▶ Exercise goal
Nothing in the records below should be altered when they are retyped.
================
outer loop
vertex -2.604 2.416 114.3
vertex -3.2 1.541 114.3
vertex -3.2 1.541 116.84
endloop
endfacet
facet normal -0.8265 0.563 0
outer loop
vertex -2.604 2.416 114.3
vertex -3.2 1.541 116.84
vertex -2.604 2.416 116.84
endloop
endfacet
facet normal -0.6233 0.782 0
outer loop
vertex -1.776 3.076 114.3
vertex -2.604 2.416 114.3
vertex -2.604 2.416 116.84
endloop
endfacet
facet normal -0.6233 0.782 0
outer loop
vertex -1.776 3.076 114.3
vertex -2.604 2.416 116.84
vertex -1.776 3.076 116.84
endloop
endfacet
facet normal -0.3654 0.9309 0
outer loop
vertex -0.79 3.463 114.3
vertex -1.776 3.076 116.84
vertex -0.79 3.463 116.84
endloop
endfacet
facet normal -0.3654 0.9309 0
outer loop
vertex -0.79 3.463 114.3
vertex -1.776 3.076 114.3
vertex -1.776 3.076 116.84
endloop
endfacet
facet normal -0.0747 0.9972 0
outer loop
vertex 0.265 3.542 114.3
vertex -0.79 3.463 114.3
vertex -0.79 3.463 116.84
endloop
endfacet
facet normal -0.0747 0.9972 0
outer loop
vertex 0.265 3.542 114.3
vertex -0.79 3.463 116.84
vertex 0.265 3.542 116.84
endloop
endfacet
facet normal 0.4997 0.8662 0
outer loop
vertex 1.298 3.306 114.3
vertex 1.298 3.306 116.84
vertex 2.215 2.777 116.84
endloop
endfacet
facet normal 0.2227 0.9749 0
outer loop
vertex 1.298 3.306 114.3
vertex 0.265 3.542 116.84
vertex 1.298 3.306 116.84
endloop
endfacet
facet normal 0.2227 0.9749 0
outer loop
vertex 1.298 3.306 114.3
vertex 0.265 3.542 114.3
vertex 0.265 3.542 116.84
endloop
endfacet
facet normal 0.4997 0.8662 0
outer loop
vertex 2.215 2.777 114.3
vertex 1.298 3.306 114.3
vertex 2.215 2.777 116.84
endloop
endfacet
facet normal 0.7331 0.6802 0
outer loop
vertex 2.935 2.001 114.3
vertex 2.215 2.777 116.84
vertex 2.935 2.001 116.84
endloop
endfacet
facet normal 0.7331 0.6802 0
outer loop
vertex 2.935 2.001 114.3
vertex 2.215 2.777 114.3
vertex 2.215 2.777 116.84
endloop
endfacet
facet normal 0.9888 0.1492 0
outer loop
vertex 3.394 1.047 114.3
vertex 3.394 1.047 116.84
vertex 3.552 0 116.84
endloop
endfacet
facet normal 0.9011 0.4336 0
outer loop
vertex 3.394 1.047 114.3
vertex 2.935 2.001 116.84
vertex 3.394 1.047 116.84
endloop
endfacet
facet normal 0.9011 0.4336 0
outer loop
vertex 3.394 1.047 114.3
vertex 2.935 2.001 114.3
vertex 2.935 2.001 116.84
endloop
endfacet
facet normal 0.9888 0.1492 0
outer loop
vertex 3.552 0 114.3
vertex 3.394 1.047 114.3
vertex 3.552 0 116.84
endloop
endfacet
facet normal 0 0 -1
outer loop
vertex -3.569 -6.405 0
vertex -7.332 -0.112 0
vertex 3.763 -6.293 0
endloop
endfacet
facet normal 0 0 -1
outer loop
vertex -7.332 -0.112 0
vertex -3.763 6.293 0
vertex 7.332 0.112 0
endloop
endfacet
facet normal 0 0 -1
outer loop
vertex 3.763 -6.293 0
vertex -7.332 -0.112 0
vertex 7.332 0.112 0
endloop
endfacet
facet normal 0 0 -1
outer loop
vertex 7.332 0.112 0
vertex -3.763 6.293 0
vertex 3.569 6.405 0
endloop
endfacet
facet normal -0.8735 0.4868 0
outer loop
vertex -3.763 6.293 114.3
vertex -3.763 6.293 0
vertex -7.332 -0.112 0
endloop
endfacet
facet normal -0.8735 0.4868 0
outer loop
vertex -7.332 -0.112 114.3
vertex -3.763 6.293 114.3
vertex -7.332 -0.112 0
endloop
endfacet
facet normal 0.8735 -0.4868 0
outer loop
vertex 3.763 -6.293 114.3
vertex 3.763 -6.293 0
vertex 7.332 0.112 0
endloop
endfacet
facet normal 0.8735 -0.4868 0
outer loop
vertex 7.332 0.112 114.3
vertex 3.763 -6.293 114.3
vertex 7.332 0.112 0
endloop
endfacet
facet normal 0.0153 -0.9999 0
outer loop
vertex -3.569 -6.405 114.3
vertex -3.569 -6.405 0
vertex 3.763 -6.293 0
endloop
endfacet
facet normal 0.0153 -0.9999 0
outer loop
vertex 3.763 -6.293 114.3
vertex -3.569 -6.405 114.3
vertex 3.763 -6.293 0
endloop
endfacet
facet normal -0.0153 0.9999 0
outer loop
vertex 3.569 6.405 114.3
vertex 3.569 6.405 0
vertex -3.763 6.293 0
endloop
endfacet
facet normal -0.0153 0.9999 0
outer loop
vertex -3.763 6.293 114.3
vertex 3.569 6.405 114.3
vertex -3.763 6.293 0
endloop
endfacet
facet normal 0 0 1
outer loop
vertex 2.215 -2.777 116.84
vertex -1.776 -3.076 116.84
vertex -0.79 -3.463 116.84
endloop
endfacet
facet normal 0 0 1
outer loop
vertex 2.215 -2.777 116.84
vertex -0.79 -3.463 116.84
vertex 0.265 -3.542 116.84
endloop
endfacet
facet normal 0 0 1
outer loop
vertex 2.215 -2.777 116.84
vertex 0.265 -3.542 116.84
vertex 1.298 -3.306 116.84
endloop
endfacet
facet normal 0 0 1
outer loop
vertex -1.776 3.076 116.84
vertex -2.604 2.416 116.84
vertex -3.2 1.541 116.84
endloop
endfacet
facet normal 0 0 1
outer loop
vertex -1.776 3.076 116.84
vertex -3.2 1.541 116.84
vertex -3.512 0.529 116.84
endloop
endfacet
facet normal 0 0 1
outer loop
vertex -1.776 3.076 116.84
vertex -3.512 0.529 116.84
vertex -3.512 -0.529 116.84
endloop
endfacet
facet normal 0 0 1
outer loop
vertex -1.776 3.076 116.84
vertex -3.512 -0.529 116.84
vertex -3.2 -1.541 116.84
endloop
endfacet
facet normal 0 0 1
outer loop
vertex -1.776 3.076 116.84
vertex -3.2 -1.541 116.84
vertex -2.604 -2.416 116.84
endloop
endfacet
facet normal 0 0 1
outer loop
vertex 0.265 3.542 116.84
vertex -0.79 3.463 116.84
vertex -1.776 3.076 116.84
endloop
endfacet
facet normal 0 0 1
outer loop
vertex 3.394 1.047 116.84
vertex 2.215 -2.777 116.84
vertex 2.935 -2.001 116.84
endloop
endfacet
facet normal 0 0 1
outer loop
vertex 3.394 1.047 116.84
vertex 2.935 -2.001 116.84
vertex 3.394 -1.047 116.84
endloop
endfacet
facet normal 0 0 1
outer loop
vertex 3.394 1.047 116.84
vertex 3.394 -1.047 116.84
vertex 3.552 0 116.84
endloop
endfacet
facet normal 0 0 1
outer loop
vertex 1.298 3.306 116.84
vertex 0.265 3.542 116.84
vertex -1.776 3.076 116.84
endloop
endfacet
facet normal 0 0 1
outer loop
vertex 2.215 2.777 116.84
================
▶ Your response
outer loop
vertex -2.604 2.416 114.3
vertex -3.2 1.541 114.3
vertex -3.2 1.541 116.84
endloop
endfacet
facet normal -0.8265 0.563 0
outer loop
vertex -2.604 2.416 114.3
vertex -3.2 1.541 116.84
vertex -2.604 2.416 116.84
endloop
endfacet
facet normal -0.6233 0.782 0
outer loop
vertex -1.776 3.076 114.3
vertex -2.604 2.416 114.3
vertex -2.604 2.416 116.84
endloop
endfacet
facet normal -0.6233 0.782 0
outer loop
vertex -1.776 3.076 114.3
vertex -2.604 2.416 116.84
vertex -1.776 3.076 116.84
endloop
endfacet
facet normal -0.3654 0.9309 0
outer loop
vertex -0.79 3.463 114.3
vertex -1.776 3.076 116.84
vertex -0.79 3.463 116.84
endloop
endfacet
facet normal -0.3654 0.9309 0
outer loop
vertex -0.79 3.463 114.3
vertex -1.776 3.076 114.3
vertex -1.776 3.076 116.84
endloop
endfacet
facet normal -0.0747 0.9972 0
outer loop
vertex 0.265 3.542 114.3
vertex -0.79 3.463 114.3
vertex -0.79 3.463 116.84
endloop
endfacet
facet normal -0.0747 0.9972 0
outer loop
vertex 0.265 3.542 114.3
vertex -0.79 3.463 116.84
vertex 0.265 3.542 116.84
endloop
endfacet
facet normal 0.4997 0.8662 0
outer loop
vertex 1.298 3.306 114.3
vertex 1.298 3.306 116.84
vertex 2.215 2.777 116.84
endloop
endfacet
facet normal 0.2227 0.9749 0
outer loop
vertex 1.298 3.306 114.3
vertex 0.265 3.542 116.84
vertex 1.298 3.306 116.84
endloop
endfacet
facet normal 0.2227 0.9749 0
outer loop
vertex 1.298 3.306 114.3
vertex 0.265 3.542 114.3
vertex 0.265 3.542 116.84
endloop
endfacet
facet normal 0.4997 0.8662 0
outer loop
vertex 2.215 2.777 114.3
vertex 1.298 3.306 114.3
vertex 2.215 2.777 116.84
endloop
endfacet
facet normal 0.7331 0.6802 0
outer loop
vertex 2.935 2.001 114.3
vertex 2.215 2.777 116.84
vertex 2.935 2.001 116.84
endloop
endfacet
facet normal 0.7331 0.6802 0
outer loop
vertex 2.935 2.001 114.3
vertex 2.215 2.777 114.3
vertex 2.215 2.777 116.84
endloop
endfacet
facet normal 0.9888 0.1492 0
outer loop
vertex 3.394 1.047 114.3
vertex 3.394 1.047 116.84
vertex 3.552 0 116.84
endloop
endfacet
facet normal 0.9011 0.4336 0
outer loop
vertex 3.394 1.047 114.3
vertex 2.935 2.001 116.84
vertex 3.394 1.047 116.84
endloop
endfacet
facet normal 0.9011 0.4336 0
outer loop
vertex 3.394 1.047 114.3
vertex 2.935 2.001 114.3
vertex 2.935 2.001 116.84
endloop
endfacet
facet normal 0.9888 0.1492 0
outer loop
vertex 3.552 0 114.3
vertex 3.394 1.047 114.3
vertex 3.552 0 116.84
endloop
endfacet
facet normal 0 0 -1
outer loop
vertex -3.569 -6.405 0
vertex -7.332 -0.112 0
vertex 3.763 -6.293 0
endloop
endfacet
facet normal 0 0 -1
outer loop
vertex -7.332 -0.112 0
vertex -3.763 6.293 0
vertex 7.332 0.112 0
endloop
endfacet
facet normal 0 0 -1
outer loop
vertex 3.763 -6.293 0
vertex -7.332 -0.112 0
vertex 7.332 0.112 0
endloop
endfacet
facet normal 0 0 -1
outer loop
vertex 7.332 0.112 0
vertex -3.763 6.293 0
vertex 3.569 6.405 0
endloop
endfacet
facet normal -0.8735 0.4868 0
outer loop
vertex -3.763 6.293 114.3
vertex -3.763 6.293 0
vertex -7.332 -0.112 0
endloop
endfacet
facet normal -0.8735 0.4868 0
outer loop
vertex -7.332 -0.112 114.3
vertex -3.763 6.293 114.3
vertex -7.332 -0.112 0
endloop
endfacet
facet normal 0.8735 -0.4868 0
outer loop
vertex 3.763 -6.293 114.3
vertex 3.763 -6.293 0
vertex 7.332 0.112 0
endloop
endfacet
facet normal 0.8735 -0.4868 0
outer loop
vertex 7.332 0.112 114.3
vertex 3.763 -6.293 114.3
vertex 7.332 0.112 0
endloop
endfacet
facet normal 0.0153 -0.9999 0
outer loop
vertex -3.569 -6.405 114.3
vertex -3.569 -6.405 0
vertex 3.763 -6.293 0
endloop
endfacet
facet normal 0.0153 -0.9999 0
outer loop
vertex 3.763 -6.293 114.3
vertex -3.569 -6.405 114.3
vertex 3.763 -6.293 0
endloop
endfacet
facet normal -0.0153 0.9999 0
outer loop
vertex 3.569 6.405 114.3
vertex 3.569 6.405 0
vertex -3.763 6.293 0
endloop
endfacet
facet normal -0.0153 0.9999 0
outer loop
vertex -3.763 6.293 114.3
vertex 3.569 6.405 114.3
vertex -3.763 6.293 0
endloop
endfacet
facet normal 0 0 1
outer loop
vertex 2.215 -2.777 116.84
vertex -1.776 -3.076 116.84
vertex -0.79 -3.463 116.84
endloop
endfacet
facet normal 0 0 1
outer loop
vertex 2.215 -2.777 116.84
vertex -0.79 -3.463 116.84
vertex 0.265 -3.542 116.84
endloop
endfacet
facet normal 0 0 1
outer loop
vertex 2.215 -2.777 116.84
vertex 0.265 -3.542 116.84
vertex 1.298 -3.306 116.84
endloop
endfacet
facet normal 0 0 1
outer loop
vertex -1.776 3.076 116.84
vertex -2.604 2.416 116.84
vertex -3.2 1.541 116.84
endloop
endfacet
facet normal 0 0 1
outer loop
vertex -1.776 3.076 116.84
vertex -3.2 1.541 116.84
vertex -3.512 0.529 116.84
endloop
endfacet
facet normal 0 0 1
outer loop
vertex -1.776 3.076 116.84
vertex -3.512 0.529 116.84
vertex -3.512 -0.529 116.84
endloop
endfacet
facet normal 0 0 1
outer loop
vertex -1.776 3.076 116.84
vertex -3.512 -0.529 116.84
vertex -3.2 -1.541 116.84
endloop
endfacet
facet normal 0 0 1
outer loop
vertex -1.776 3.076 116.84
vertex -3.2 -1.541 116.84
vertex -2.604 -2.416 116.84
endloop
endfacet
facet normal 0 0 1
outer loop
vertex 0.265 3.542 116.84
vertex -0.79 3.463 116.84
vertex -1.776 3.076 116.84
endloop
endfacet
facet normal 0 0 1
outer loop
vertex 3.394 1.047 116.84
vertex 2.215 -2.777 116.84
vertex 2.935 -2.001 116.84
endloop
endfacet
facet normal 0 0 1
outer loop
vertex 3.394 1.047 116.84
vertex 2.935 -2.001 116.84
vertex 3.394 -1.047 116.84
endloop
endfacet
facet normal 0 0 1
outer loop
vertex 3.394 1.047 116.84
vertex 3.394 -1.047 116.84
vertex 3.552 0 116.84
endloop
endfacet
facet normal 0 0 1
outer loop
vertex 1.298 3.306 116.84
vertex 0.265 3.542 116.84
vertex -1.776 3.076 116.84
endloop
endfacet
facet normal 0 0 1
outer loop
vertex 2.215 2.777 116.84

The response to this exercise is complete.